■ **DIRECTIONS**: Set down exactly the lines below between the line holding "f 665 663 672" and the line holding "f 745 507 747", inclusive; no other line belongs in the answer.

■ **RECORDED DATA**:
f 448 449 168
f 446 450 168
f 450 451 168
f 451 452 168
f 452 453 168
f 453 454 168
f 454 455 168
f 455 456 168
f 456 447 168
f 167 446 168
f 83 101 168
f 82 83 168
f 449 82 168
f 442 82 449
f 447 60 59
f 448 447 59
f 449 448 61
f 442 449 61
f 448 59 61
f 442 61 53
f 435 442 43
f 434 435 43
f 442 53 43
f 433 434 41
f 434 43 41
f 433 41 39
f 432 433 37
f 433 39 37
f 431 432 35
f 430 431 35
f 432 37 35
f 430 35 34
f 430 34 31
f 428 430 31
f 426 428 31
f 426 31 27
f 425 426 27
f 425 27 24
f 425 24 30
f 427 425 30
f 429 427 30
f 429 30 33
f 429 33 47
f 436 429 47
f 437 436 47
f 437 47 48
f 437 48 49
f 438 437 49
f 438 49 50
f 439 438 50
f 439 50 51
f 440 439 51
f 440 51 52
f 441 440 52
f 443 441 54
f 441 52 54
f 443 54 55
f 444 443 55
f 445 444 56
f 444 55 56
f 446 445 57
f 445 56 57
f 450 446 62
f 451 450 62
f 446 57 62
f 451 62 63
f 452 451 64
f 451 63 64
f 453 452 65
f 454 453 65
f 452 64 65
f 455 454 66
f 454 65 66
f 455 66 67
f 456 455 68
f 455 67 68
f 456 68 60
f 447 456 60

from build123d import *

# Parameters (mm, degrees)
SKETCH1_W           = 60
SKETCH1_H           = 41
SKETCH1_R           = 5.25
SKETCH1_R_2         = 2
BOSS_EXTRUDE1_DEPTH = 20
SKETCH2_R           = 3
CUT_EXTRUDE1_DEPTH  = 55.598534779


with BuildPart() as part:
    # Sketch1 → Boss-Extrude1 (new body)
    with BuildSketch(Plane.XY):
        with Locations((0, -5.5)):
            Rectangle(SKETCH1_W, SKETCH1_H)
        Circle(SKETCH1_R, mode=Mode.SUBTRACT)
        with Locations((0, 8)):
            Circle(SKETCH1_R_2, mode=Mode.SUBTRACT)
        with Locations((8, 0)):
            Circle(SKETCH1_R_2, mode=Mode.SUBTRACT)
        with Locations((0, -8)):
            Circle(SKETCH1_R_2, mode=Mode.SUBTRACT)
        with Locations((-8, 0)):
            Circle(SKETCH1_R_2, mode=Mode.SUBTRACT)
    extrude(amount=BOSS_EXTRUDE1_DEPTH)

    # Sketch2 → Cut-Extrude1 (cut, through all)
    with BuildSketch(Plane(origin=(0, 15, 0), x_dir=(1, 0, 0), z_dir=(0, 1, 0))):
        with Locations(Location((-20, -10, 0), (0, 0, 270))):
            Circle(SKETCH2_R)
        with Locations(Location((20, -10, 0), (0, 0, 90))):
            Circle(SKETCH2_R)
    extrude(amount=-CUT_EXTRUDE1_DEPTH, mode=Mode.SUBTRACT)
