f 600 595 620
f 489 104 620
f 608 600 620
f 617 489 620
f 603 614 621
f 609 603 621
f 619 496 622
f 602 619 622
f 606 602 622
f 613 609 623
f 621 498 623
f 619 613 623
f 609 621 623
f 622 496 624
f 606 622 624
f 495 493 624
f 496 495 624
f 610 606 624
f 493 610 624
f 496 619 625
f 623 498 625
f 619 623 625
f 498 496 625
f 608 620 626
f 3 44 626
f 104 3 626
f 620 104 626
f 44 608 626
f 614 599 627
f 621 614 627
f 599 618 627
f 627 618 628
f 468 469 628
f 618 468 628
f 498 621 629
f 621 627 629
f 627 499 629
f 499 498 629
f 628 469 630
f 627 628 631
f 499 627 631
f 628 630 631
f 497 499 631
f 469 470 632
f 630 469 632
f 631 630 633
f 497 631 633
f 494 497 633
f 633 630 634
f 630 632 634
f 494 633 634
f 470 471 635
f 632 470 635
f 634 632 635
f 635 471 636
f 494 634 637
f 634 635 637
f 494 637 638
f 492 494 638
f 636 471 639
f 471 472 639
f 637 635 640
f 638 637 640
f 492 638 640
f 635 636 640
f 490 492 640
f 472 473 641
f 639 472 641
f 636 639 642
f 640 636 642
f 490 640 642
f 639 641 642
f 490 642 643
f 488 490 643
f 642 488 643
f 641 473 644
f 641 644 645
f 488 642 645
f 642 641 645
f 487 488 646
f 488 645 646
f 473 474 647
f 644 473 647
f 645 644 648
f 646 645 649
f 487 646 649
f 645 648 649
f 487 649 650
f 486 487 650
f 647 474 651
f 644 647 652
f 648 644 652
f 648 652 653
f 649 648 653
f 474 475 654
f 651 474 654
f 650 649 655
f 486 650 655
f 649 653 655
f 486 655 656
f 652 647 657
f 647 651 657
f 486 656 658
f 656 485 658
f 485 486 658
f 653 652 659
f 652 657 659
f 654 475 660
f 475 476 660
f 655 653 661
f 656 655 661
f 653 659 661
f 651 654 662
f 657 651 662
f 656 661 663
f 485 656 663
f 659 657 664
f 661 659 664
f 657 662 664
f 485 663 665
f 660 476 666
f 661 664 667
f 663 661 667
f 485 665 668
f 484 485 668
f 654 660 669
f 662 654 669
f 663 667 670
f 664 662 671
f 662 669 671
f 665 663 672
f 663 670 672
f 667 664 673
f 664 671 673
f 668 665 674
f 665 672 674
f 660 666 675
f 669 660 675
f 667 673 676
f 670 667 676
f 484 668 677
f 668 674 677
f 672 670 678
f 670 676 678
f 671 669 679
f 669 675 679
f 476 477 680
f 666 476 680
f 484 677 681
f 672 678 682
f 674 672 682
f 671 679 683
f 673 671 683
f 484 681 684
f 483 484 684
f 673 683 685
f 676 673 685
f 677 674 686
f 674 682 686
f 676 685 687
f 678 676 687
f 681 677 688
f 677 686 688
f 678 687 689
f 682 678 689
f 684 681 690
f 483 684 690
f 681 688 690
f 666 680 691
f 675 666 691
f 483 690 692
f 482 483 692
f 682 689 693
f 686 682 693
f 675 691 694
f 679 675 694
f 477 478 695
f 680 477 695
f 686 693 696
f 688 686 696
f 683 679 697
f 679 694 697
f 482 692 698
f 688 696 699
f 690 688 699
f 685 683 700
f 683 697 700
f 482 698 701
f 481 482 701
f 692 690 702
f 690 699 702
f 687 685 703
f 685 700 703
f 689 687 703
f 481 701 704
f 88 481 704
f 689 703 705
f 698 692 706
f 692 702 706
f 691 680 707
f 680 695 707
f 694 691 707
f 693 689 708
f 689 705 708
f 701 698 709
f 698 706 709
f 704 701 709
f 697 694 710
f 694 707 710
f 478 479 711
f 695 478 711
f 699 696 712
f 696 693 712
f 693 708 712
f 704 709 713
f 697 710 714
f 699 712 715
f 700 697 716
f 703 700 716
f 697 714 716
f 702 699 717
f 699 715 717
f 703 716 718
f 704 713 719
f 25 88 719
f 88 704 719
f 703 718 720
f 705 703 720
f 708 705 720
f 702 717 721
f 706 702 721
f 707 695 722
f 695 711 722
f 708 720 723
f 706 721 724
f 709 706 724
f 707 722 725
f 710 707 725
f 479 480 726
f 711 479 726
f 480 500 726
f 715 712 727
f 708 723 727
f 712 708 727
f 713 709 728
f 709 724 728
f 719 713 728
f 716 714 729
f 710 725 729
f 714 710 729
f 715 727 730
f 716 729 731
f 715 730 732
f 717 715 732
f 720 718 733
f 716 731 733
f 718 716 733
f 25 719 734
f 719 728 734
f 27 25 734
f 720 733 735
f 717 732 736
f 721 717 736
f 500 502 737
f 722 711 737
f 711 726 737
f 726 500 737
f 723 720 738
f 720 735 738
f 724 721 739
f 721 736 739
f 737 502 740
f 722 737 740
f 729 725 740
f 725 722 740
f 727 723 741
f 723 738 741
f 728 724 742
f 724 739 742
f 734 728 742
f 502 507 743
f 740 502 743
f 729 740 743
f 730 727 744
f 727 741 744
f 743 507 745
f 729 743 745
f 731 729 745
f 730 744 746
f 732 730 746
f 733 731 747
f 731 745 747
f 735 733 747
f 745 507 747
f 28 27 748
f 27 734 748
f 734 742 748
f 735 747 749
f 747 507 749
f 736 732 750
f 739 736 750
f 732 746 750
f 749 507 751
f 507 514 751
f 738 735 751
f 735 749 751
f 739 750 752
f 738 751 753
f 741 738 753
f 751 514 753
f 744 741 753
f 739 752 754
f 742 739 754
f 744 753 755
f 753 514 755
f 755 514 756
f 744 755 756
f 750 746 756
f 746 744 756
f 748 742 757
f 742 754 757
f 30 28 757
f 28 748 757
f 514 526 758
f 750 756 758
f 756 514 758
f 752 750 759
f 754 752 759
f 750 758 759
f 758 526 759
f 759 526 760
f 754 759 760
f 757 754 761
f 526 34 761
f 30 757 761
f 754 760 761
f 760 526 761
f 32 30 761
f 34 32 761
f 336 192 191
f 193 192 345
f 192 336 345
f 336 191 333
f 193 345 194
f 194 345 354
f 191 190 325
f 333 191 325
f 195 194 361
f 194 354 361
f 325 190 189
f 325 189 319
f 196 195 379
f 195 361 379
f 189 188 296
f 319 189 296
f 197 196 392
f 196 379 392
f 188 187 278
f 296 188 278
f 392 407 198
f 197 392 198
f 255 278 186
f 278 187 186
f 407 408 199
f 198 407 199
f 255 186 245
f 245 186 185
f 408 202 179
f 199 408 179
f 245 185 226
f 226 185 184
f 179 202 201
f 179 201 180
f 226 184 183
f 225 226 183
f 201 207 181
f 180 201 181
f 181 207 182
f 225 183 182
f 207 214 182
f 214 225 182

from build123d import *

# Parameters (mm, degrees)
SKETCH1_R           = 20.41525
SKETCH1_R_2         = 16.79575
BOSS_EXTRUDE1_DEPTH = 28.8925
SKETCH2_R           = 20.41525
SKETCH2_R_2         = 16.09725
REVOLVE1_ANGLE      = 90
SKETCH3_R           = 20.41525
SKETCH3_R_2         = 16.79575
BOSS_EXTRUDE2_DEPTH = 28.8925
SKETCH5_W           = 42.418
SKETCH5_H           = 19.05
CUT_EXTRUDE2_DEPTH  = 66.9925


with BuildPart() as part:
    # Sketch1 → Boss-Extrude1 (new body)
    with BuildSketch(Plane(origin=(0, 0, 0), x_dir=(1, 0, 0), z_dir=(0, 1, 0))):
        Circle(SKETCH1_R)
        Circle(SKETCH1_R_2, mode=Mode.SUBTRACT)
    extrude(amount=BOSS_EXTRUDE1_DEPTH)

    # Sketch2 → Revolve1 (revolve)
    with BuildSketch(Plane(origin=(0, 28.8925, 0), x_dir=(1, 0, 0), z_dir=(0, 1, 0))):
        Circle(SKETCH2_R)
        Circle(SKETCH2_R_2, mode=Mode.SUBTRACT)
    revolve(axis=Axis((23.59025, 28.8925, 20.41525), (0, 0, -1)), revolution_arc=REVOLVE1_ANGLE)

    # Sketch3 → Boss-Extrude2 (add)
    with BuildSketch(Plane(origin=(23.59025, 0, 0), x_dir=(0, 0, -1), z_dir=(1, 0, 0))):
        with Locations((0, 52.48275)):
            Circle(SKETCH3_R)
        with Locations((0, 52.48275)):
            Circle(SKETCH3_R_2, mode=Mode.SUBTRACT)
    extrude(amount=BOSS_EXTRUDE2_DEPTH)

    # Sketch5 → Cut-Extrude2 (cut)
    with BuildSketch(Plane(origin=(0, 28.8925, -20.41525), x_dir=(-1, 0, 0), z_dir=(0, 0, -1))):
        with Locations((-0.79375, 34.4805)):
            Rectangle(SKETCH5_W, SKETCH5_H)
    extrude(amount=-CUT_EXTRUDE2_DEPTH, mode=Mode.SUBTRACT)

■ **WRITTEN ANSWER**:
f 665 663 672
f 663 670 672
f 667 664 673
f 664 671 673
f 668 665 674
f 665 672 674
f 660 666 675
f 669 660 675
f 667 673 676
f 670 667 676
f 484 668 677
f 668 674 677
f 672 670 678
f 670 676 678
f 671 669 679
f 669 675 679
f 476 477 680
f 666 476 680
f 484 677 681
f 672 678 682
f 674 672 682
f 671 679 683
f 673 671 683
f 484 681 684
f 483 484 684
f 673 683 685
f 676 673 685
f 677 674 686
f 674 682 686
f 676 685 687
f 678 676 687
f 681 677 688
f 677 686 688
f 678 687 689
f 682 678 689
f 684 681 690
f 483 684 690
f 681 688 690
f 666 680 691
f 675 666 691
f 483 690 692
f 482 483 692
f 682 689 693
f 686 682 693
f 675 691 694
f 679 675 694
f 477 478 695
f 680 477 695
f 686 693 696
f 688 686 696
f 683 679 697
f 679 694 697
f 482 692 698
f 688 696 699
f 690 688 699
f 685 683 700
f 683 697 700
f 482 698 701
f 481 482 701
f 692 690 702
f 690 699 702
f 687 685 703
f 685 700 703
f 689 687 703
f 481 701 704
f 88 481 704
f 689 703 705
f 698 692 706
f 692 702 706
f 691 680 707
f 680 695 707
f 694 691 707
f 693 689 708
f 689 705 708
f 701 698 709
f 698 706 709
f 704 701 709
f 697 694 710
f 694 707 710
f 478 479 711
f 695 478 711
f 699 696 712
f 696 693 712
f 693 708 712
f 704 709 713
f 697 710 714
f 699 712 715
f 700 697 716
f 703 700 716
f 697 714 716
f 702 699 717
f 699 715 717
f 703 716 718
f 704 713 719
f 25 88 719
f 88 704 719
f 703 718 720
f 705 703 720
f 708 705 720
f 702 717 721
f 706 702 721
f 707 695 722
f 695 711 722
f 708 720 723
f 706 721 724
f 709 706 724
f 707 722 725
f 710 707 725
f 479 480 726
f 711 479 726
f 480 500 726
f 715 712 727
f 708 723 727
f 712 708 727
f 713 709 728
f 709 724 728
f 719 713 728
f 716 714 729
f 710 725 729
f 714 710 729
f 715 727 730
f 716 729 731
f 715 730 732
f 717 715 732
f 720 718 733
f 716 731 733
f 718 716 733
f 25 719 734
f 719 728 734
f 27 25 734
f 720 733 735
f 717 732 736
f 721 717 736
f 500 502 737
f 722 711 737
f 711 726 737
f 726 500 737
f 723 720 738
f 720 735 738
f 724 721 739
f 721 736 739
f 737 502 740
f 722 737 740
f 729 725 740
f 725 722 740
f 727 723 741
f 723 738 741
f 728 724 742
f 724 739 742
f 734 728 742
f 502 507 743
f 740 502 743
f 729 740 743
f 730 727 744
f 727 741 744
f 743 507 745
f 729 743 745
f 731 729 745
f 730 744 746
f 732 730 746
f 733 731 747
f 731 745 747
f 735 733 747
f 745 507 747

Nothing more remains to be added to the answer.